En la documentación histórica existe una cita anterior a la ya expuesta: En la Colección diplomática de la catedral de Huesca, de Antonio Durán Gudiol, consta el documento nº 161, de fecha 1.130-1.143, en el que se menciona a “Sancti Johannis de Fraxen”.

A favor de una altitud, ya mencionada, bastante considerable; de una humedad abundante (ríos Ara y Sorrosal, barrancos, fuentes); de una orientación general S-SE, y de un terreno (de escabroso y desigual lo califica el Madoz) bueno en general, el término de Fragén se muestra especialmente frondoso y verde. Hay árboles de hoja perenne, pero también y muy abundantes, de hoja caduca, sean frutales o especies de ribera; descuellan los arbustos de muy variadas especies que llegan a formar verdaderas selvas de mayor o menor extensión; campos, huertos y muchos prados completan el paisaje. Esta naturaleza propiciará, en primer lugar, la ganadería de lanar y especialmente de cabrío; explica porqué en época no muy antigua estuvieran presentes los osos y otras alimañas; y, finalmente, lucirá una verdadera maraña de troncos, ramas, hojas, zarzas, maleza, depósitos y arrastres orgánicos. A todos estos elementos se refiere con profusión y detalle el topónimo Fragén.

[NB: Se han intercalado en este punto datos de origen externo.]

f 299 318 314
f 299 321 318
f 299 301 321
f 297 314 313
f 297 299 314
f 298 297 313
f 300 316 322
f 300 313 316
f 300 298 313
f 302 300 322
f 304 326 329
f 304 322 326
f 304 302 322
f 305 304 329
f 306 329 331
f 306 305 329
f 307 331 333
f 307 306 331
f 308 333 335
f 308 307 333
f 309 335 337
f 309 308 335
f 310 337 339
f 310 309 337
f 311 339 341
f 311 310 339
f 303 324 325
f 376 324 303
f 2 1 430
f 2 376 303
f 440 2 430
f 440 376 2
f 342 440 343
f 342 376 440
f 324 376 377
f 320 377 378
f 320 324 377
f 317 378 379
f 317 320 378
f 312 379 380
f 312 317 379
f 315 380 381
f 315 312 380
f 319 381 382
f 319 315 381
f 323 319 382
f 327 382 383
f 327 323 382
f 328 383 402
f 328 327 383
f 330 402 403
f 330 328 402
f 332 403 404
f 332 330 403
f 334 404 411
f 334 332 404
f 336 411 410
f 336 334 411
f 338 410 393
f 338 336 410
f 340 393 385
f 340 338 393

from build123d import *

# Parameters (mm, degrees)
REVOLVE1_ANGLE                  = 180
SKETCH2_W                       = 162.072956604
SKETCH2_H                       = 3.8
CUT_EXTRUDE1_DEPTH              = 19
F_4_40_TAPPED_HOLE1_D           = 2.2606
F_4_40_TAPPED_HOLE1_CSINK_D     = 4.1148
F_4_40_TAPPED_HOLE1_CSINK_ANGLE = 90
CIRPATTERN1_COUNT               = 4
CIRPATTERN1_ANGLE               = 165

Fraxen o Fragén tiene una /f/ inicial que, según la fonética de lengua ibérica -que no tenía signo para esta consonante-, sólo puede proceder de la oclusiva bilabial sorda /p/, la cual da /f/ a través de la aspirada /ph/. Después, la sílaba inicial fra- resulta de la elipsis de vocal /a/ tras la oclusiva /ph/ seguida aquélla de /r/ y de igual vocal, esto es, de phara > fara > fra. Por último, la forma Fraxén contiene una /x/ que representa la fricativa velar sorda /j/, esto es, frajén. En conclusión, necesitamos dos voces ibéricas tales que para o phara o pharas, la primera, y jen o gen, la segunda. Y las tenemos exactas y precisas en forma y significado. El Diccionario Retana de Autoridades nos presenta la voz farras (variantes farrast y farraska) que significa “acumulación de hojas secas, hierbas, palos, basuras, etc”; además, la voz jen, “producirse algo en un terreno”. Farras + jen enlazan con elipsis al final del primer término: farra(s)jen; la mencionada síncopa de vocal tras oclusiva, f(a)rra o f(a)ra, nos conduce a frajén. El significado de Frajén, trabajosamente obtenido en un esfuerzo sólo exitoso con el dominio de la lengua ibérica, es el siguiente: “El terreno que produce acumulación de hojas secas, hierbas, palos, maleza, espesuras y basuras”.